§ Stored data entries

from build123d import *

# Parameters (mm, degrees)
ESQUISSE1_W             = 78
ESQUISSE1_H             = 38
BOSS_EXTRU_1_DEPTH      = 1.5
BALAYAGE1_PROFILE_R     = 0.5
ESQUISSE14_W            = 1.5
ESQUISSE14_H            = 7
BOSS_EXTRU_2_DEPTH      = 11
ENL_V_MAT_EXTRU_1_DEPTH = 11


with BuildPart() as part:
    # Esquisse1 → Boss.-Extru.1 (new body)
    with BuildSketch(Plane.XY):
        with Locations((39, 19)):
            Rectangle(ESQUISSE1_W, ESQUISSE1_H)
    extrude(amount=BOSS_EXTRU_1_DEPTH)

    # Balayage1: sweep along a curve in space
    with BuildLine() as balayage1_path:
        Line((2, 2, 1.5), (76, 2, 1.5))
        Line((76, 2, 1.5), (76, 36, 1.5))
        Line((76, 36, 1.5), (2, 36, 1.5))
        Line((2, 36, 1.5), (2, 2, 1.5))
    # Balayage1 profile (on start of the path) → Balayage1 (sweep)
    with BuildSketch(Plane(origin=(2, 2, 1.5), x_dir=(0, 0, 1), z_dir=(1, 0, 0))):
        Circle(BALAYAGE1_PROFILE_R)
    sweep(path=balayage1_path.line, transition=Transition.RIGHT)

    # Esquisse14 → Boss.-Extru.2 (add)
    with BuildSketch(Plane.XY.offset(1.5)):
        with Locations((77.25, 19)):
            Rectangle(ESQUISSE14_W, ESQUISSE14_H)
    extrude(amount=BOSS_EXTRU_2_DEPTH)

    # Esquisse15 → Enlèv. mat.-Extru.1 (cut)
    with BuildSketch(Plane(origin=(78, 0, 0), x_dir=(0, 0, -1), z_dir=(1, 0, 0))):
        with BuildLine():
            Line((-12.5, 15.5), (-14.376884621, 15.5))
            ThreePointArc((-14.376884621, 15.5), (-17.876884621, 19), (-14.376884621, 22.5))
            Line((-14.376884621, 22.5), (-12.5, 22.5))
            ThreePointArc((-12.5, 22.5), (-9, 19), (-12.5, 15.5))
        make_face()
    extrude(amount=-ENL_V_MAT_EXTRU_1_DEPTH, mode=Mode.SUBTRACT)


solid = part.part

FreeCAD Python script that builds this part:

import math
import FreeCAD as App
import Part
import Sketcher
from FreeCAD import Vector


def add_polygon(sketch, points):
    """Adds a closed chain of lines whose ends are joined by coincident constraints."""
    first, n = sketch.GeometryCount, len(points)
    for a, b in zip(points, points[1:] + points[:1]):
        sketch.addGeometry(Part.LineSegment(App.Vector(*a, 0), App.Vector(*b, 0)), False)
    for i in range(n):
        sketch.addConstraint(Sketcher.Constraint("Coincident", first + i, 2, first + (i + 1) % n, 1))

doc = App.newDocument("Part")
body = doc.addObject("PartDesign::Body", "Body")

sketch1 = body.newObject("Sketcher::SketchObject", "Sketch")
sketch1.AttachmentSupport = (doc.getObject("XY_Plane"), [""])
sketch1.MapMode = "FlatFace"
add_polygon(sketch1, [(0, 38), (0, 0), (78, 0), (78, 38)])
sketch1.addConstraint([
    Sketcher.Constraint("Vertical", 0),
    Sketcher.Constraint("Horizontal", 1),
    Sketcher.Constraint("Vertical", 2),
    Sketcher.Constraint("Horizontal", 3),
    Sketcher.Constraint("Coincident", 0, 2, -1, 1),
    Sketcher.Constraint("DistanceX", 1, 1, 1, 2, 78.0),
    Sketcher.Constraint("DistanceY", 0, 2, 0, 1, 38.0),
])
pad1 = body.newObject("PartDesign::Pad", "Pad")
pad1.Profile = sketch1
pad1.Length = 1.5

sketch2 = body.newObject("Sketcher::SketchObject", "Sketch001")
sketch2.AttachmentSupport = (doc.getObject("YZ_Plane"), [""])
sketch2.MapMode = "FlatFace"
sketch2.AttachmentOffset = App.Placement(Vector(0, 0, 2), App.Rotation())
sketch2.addGeometry(Part.Circle(Vector(2, 1.5, 0), Vector(0, 0, 1), 0.5), False)
sketch2.addConstraint([
    Sketcher.Constraint("Diameter", 0, 1.0),
    Sketcher.Constraint("DistanceX", -1, 1, 0, 3, 2.0),
    Sketcher.Constraint("DistanceY", -1, 1, 0, 3, 1.5),
])

sketch3 = body.newObject("Sketcher::SketchObject", "Sketch002")
sketch3.AttachmentSupport = (doc.getObject("XY_Plane"), [""])
sketch3.MapMode = "FlatFace"
sketch3.AttachmentOffset = App.Placement(Vector(0, 0, 1.5), App.Rotation())
add_polygon(sketch3, [(2, 2), (76, 2), (76, 36), (2, 36)])
sketch3.addConstraint([
    Sketcher.Constraint("Horizontal", 0),
    Sketcher.Constraint("Vertical", 1),
    Sketcher.Constraint("Horizontal", 2),
    Sketcher.Constraint("Vertical", 3),
    Sketcher.Constraint("DistanceX", 0, 1, 0, 2, 74.0),
    Sketcher.Constraint("DistanceY", 1, 1, 1, 2, 34.0),
    Sketcher.Constraint("DistanceX", -1, 1, 0, 2, 76.0),
    Sketcher.Constraint("DistanceY", -1, 1, 0, 2, 2.0),
])
doc.recompute()

additivepipe = body.newObject("PartDesign::AdditivePipe", "AdditivePipe")
additivepipe.Profile = sketch2
additivepipe.Spine = (sketch3, ["Edge1", "Edge2", "Edge3", "Edge4"])
additivepipe.Transition = "Right corner"

sketch4 = body.newObject("Sketcher::SketchObject", "Sketch003")
sketch4.AttachmentSupport = (doc.getObject("XY_Plane"), [""])
sketch4.MapMode = "FlatFace"
sketch4.AttachmentOffset = App.Placement(Vector(0, 0, 1.5), App.Rotation())
add_polygon(sketch4, [(76.5, 22.5), (76.5, 15.5), (78, 15.5), (78, 22.5)])
sketch4.addConstraint([
    Sketcher.Constraint("Vertical", 0),
    Sketcher.Constraint("Horizontal", 1),
    Sketcher.Constraint("Vertical", 2),
    Sketcher.Constraint("Horizontal", 3),
    Sketcher.Constraint("DistanceY", 0, 2, 0, 1, 7.0),
    Sketcher.Constraint("DistanceX", 1, 1, 1, 2, 1.5),
    Sketcher.Constraint("DistanceX", -1, 1, 1, 2, 78.0),
    Sketcher.Constraint("DistanceY", -1, 1, 0, 2, 15.5),
])
pad2 = body.newObject("PartDesign::Pad", "Pad001")
pad2.Profile = sketch4
pad2.Length = 11

sketch5 = body.newObject("Sketcher::SketchObject", "Sketch004")
sketch5.AttachmentSupport = (doc.getObject("YZ_Plane"), [""])
sketch5.MapMode = "FlatFace"
sketch5.AttachmentOffset = App.Placement(Vector(0, 0, 78), App.Rotation())
sketch5.addGeometry([
    Part.LineSegment(Vector(15.5, 14.376885, 0), Vector(15.5, 12.5, 0)),
    Part.ArcOfCircle(Part.Circle(Vector(19, 12.5, 0), Vector(0, 0, 1), 3.5), math.radians(180), math.radians(360)),
    Part.LineSegment(Vector(22.5, 12.5, 0), Vector(22.5, 14.376885, 0)),
    Part.ArcOfCircle(Part.Circle(Vector(19, 14.376885, 0), Vector(0, 0, 1), 3.5), math.radians(0), math.radians(180)),
], False)
sketch5.addConstraint([
    Sketcher.Constraint("Tangent", 0, 2, 1, 1),
    Sketcher.Constraint("Tangent", 1, 2, 2, 1),
    Sketcher.Constraint("Tangent", 2, 2, 3, 1),
    Sketcher.Constraint("Tangent", 3, 2, 0, 1),
    Sketcher.Constraint("Vertical", 0),
    Sketcher.Constraint("Vertical", 2),
    Sketcher.Constraint("Radius", 1, 3.5),
    Sketcher.Constraint("DistanceX", -1, 1, 1, 3, 19.0),
    Sketcher.Constraint("DistanceY", -1, 1, 1, 3, 12.5),
    Sketcher.Constraint("DistanceY", 0, 2, 0, 1, 1.876885),
])
pocket1 = body.newObject("PartDesign::Pocket", "Pocket")
pocket1.Profile = sketch5
pocket1.Length = 11

doc.recompute()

§ WORK INSTRUCTION
For the records above, count the lines holding the word "with" and give only that number.

§ ANSWER TO THIS EXERCISE
9